Potential benefits include:
– Alternative trade financing: Importers and exporters trading with Russian partners could settle invoices through A7 when conventional routes are blocked or too expensive.[1][2]
– Cost reduction: If A7 can deliver on its promise of lower transaction fees and faster settlement, small and medium‑sized enterprises might find it attractive compared to slow, high‑fee correspondent banking.[8][7]
– Hedging against currency volatility: In countries like Zimbabwe, where local currency instability is acute, a ruble‑linked or stablecoin‑based settlement channel might offer a perceived store of value or pricing benchmark.[1][3]

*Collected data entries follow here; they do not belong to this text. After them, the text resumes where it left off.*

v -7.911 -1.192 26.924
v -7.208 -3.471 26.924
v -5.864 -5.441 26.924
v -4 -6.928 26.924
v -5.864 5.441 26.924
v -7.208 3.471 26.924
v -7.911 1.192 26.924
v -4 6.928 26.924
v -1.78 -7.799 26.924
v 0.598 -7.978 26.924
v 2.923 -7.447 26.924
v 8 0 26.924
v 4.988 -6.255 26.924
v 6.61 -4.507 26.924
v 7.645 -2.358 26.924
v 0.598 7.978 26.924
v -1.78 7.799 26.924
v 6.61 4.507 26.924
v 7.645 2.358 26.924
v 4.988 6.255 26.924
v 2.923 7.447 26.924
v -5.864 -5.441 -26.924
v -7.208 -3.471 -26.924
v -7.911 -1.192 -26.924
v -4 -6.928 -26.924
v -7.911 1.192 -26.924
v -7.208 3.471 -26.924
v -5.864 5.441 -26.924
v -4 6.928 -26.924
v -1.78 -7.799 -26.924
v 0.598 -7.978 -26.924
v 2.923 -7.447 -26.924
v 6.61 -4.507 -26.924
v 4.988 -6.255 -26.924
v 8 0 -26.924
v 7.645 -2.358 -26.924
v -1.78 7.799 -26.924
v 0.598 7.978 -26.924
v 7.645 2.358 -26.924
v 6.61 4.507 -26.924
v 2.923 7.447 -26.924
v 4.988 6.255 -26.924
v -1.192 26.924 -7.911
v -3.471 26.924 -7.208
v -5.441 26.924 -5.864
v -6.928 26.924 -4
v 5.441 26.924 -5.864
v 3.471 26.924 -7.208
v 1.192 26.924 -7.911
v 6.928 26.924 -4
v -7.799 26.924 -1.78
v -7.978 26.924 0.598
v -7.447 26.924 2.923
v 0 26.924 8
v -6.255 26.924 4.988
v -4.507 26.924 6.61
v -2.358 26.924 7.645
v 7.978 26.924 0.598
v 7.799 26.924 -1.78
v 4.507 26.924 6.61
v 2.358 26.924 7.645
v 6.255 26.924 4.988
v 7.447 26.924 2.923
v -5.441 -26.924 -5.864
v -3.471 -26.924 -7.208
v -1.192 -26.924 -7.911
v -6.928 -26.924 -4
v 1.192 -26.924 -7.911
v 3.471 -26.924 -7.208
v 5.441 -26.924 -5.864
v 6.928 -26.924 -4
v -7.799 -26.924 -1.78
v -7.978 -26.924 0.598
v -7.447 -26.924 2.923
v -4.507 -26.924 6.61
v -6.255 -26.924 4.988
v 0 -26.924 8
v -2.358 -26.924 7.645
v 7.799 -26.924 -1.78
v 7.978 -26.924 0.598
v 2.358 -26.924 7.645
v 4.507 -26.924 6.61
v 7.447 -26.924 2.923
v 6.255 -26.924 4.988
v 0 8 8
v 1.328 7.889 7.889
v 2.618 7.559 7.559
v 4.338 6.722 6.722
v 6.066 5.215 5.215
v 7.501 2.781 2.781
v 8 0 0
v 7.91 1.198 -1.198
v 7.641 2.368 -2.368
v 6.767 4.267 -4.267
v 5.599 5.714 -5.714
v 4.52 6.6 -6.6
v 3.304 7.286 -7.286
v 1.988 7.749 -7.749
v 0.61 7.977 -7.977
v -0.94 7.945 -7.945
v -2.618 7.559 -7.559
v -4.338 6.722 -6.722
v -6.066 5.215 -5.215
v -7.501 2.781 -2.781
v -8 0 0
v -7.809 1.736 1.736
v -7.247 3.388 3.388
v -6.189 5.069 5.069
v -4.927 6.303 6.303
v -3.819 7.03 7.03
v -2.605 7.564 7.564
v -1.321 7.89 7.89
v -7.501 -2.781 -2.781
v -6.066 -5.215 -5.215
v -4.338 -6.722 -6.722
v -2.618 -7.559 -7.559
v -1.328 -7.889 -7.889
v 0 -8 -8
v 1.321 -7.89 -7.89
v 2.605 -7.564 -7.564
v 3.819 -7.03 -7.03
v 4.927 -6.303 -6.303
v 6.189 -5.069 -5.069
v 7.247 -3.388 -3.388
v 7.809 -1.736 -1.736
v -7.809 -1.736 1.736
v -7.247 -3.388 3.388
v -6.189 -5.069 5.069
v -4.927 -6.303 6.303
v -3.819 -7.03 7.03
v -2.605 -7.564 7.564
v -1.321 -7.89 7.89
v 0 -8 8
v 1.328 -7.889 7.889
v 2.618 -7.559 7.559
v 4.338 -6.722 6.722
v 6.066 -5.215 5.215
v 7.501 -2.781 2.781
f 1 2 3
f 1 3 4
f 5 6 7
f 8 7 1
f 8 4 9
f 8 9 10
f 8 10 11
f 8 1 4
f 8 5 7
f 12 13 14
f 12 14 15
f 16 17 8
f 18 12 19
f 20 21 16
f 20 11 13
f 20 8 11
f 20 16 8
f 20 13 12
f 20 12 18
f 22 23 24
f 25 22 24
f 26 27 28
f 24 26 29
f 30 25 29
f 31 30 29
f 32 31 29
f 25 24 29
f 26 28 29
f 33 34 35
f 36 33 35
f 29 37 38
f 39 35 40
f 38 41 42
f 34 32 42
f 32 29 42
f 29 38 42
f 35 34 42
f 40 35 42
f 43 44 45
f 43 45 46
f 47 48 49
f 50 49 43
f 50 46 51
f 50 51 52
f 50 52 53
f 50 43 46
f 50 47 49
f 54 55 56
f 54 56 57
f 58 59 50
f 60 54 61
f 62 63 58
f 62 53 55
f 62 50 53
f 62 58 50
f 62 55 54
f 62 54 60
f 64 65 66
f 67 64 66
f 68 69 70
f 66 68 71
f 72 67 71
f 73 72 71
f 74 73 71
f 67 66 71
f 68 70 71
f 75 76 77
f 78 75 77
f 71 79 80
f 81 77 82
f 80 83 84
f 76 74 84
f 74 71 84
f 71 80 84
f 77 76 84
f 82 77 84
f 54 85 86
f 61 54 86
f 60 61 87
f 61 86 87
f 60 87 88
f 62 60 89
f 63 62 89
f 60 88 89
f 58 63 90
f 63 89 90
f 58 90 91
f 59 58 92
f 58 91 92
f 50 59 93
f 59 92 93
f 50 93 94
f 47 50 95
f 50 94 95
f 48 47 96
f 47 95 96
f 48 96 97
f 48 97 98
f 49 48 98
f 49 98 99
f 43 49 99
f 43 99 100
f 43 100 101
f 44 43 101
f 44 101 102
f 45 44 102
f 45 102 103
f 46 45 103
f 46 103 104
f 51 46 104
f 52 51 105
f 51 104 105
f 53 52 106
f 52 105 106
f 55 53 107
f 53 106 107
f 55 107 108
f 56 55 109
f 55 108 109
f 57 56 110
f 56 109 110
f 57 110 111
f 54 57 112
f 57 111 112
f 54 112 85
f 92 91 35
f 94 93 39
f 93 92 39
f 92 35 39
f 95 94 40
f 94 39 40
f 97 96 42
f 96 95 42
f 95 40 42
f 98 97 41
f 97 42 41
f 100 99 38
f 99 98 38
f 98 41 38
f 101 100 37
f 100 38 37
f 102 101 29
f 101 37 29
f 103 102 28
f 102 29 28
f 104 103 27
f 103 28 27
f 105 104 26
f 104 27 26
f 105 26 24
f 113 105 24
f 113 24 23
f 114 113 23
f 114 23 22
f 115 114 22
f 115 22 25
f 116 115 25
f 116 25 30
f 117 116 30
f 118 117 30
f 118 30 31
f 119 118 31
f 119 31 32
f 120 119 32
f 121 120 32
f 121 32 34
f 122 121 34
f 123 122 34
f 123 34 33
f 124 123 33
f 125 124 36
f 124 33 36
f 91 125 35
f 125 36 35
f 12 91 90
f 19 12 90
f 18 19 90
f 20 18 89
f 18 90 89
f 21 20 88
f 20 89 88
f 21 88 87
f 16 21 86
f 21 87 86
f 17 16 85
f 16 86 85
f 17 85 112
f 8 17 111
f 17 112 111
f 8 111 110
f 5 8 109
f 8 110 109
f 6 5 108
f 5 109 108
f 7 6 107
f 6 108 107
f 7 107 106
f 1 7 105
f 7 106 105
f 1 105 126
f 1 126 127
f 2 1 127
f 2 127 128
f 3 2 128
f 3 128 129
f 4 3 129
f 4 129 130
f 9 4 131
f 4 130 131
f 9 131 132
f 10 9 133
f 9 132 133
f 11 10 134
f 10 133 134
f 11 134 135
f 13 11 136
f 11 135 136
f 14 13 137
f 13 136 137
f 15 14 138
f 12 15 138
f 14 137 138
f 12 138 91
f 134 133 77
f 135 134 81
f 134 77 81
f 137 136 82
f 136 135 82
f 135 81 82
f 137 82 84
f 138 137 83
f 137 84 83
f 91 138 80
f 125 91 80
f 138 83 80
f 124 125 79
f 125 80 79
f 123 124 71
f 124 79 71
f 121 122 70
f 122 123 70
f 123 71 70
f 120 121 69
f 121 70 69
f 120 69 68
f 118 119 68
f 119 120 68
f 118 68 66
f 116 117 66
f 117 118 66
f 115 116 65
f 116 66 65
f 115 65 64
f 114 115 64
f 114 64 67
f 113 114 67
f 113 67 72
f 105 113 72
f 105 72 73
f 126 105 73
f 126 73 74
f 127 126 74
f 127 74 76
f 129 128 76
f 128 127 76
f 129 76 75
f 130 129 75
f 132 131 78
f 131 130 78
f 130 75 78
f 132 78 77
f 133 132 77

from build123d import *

# Parameters (mm, degrees)
BOSS_EXTRUDE1_DEPTH      = 26.924
BOSS_EXTRUDE1_DEPTH_BACK = 26.924
SKETCH1_R                = 8
BOSS_EXTRUDE2_DEPTH      = 26.924
BOSS_EXTRUDE2_DEPTH_BACK = 26.924
SKETCH2_R                = 8


with BuildPart() as part:
    # Sketch1 → Boss-Extrude1 (new, two sides: drawn at the far end of the back side and taken through both)
    with BuildSketch(Plane(origin=(0, 0, 0), x_dir=(1, 0, 0), z_dir=(0, 1, 0)).offset(-BOSS_EXTRUDE1_DEPTH_BACK)):
        Circle(SKETCH1_R)
    extrude(amount=BOSS_EXTRUDE1_DEPTH + BOSS_EXTRUDE1_DEPTH_BACK)

    # Sketch2 → Boss-Extrude2 (add, two sides: drawn at the far end of the back side and taken through both)
    with BuildSketch(Plane.XY.offset(-BOSS_EXTRUDE2_DEPTH_BACK)):
        Circle(SKETCH2_R)
    extrude(amount=BOSS_EXTRUDE2_DEPTH + BOSS_EXTRUDE2_DEPTH_BACK)


solid = part.part
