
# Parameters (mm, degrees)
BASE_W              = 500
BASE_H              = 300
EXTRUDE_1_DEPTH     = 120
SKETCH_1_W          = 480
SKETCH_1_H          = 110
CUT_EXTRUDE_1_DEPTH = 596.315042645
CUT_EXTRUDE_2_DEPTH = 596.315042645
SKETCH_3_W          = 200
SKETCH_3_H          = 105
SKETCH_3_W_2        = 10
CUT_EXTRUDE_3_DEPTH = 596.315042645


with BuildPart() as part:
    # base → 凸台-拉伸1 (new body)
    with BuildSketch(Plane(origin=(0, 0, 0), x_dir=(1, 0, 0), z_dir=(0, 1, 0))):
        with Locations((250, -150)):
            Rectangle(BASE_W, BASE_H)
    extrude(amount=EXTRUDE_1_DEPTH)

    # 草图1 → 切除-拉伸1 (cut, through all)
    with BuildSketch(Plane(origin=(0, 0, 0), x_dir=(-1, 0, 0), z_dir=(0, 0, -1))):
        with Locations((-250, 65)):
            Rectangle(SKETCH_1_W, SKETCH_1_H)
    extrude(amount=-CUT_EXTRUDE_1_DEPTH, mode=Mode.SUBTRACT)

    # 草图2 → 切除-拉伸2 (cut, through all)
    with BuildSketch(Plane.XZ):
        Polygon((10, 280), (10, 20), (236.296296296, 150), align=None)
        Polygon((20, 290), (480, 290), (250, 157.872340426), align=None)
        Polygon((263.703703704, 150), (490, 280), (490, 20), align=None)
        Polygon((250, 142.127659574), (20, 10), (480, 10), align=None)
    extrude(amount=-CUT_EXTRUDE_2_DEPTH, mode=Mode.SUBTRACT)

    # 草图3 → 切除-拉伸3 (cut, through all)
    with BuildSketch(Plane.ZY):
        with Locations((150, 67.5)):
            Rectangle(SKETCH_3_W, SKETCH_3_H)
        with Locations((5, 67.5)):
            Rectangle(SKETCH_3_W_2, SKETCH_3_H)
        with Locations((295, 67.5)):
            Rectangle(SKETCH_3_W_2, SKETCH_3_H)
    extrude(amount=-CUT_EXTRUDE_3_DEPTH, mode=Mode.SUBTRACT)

There is also an intangible but significant appeal in the narrative of “financial sovereignty.” African policymakers critical of the global financial status quo may see participation in A7 as a symbolic step away from perceived Western dominance, aligning with wider talk of de‑dollarization in the Global South.[3][12]
Regulatory, legal, and reputational risks
Balancing those potential gains is a dense thicket of regulatory and geopolitical risk that African authorities will need to navigate carefully.[11][4]
– Sanctions exposure: A7’s core backers—Promsvyazbank and Ilan Șor—are themselves under Western sanctions, and the platform has been specifically targeted by the EU in proposals to restrict crypto dealings with Russian entities.[1][11] African institutions or firms that deepen ties with A7 could face secondary sanctions risk or de‑risking by global banks.[11][4]
– AML/CFT concerns: Crypto networks used to bypass sanctions are likely to attract scrutiny from global watchdogs focused on money laundering, terrorism finance, and illicit trade.[11] Weak monitoring or opaque governance on A7 would complicate African regulators’ efforts to maintain correspondent relationships and international credibility.[11][4]
– Transparency and operational opacity: Investigations have highlighted the limited public information about A7’s actual transaction flows, client base, and compliance controls.[2][9] This opacity makes it hard for African supervisors to assess systemic risks or enforce standards comparable to traditional banks.
– Domestic policy conflict: Many African central banks are still cautious or hostile toward privately run crypto systems, even as they experiment with central bank digital currencies and regulatory sandboxes.[11] Plugging into a sanctions‑linked foreign crypto network could sit uneasily alongside these cautious domestic stances.
For countries seeking investment, aid, and trade ties with both Russia and Western partners, overt embrace of A7 may complicate diplomacy and market access.[3][4] The more central A7 becomes to a country’s external payments, the greater the potential vulnerability to future sanctions or political shocks affecting Russia itself.[11][4]
What this means for the future of African payments
The expansion of a Russian crypto payment system into Africa is a visible marker of a broader shift: the fragmentation of global finance into competing, politically charged networks.[8][3][12] Even if A7’s near‑term footprint remains modest, its presence signals that African payment rails are now a frontline in the contest between Western‑dominated systems and alternative infrastructures promoted by Russia, China, and other powers.[1][3]
For African policymakers and businesses, the key challenge will be to harness innovation in cross‑border payments—whether from A7, regional stablecoins, or domestic fintechs—without compromising regulatory integrity or geopolitical flexibility.[11][4] That requires:
– Clear, risk‑based rules for crypto‑linked cross‑border platforms.
– Transparent engagement with all major partners, including Russia, while avoiding over‑dependence on any single geopolitically contentious rail.
– Investment in home‑grown and regional payment systems, so that Africa’s options are not limited to choosing between Western and Russian infrastructures.
The trajectory of A7 in Nigeria, Zimbabwe, Togo, and beyond will offer an early test of how far sanctions‑resistant crypto networks can penetrate African markets—and how effectively African institutions can manage the delicate trade‑off between access to new financing channels and exposure to global political storms.[1][3][4]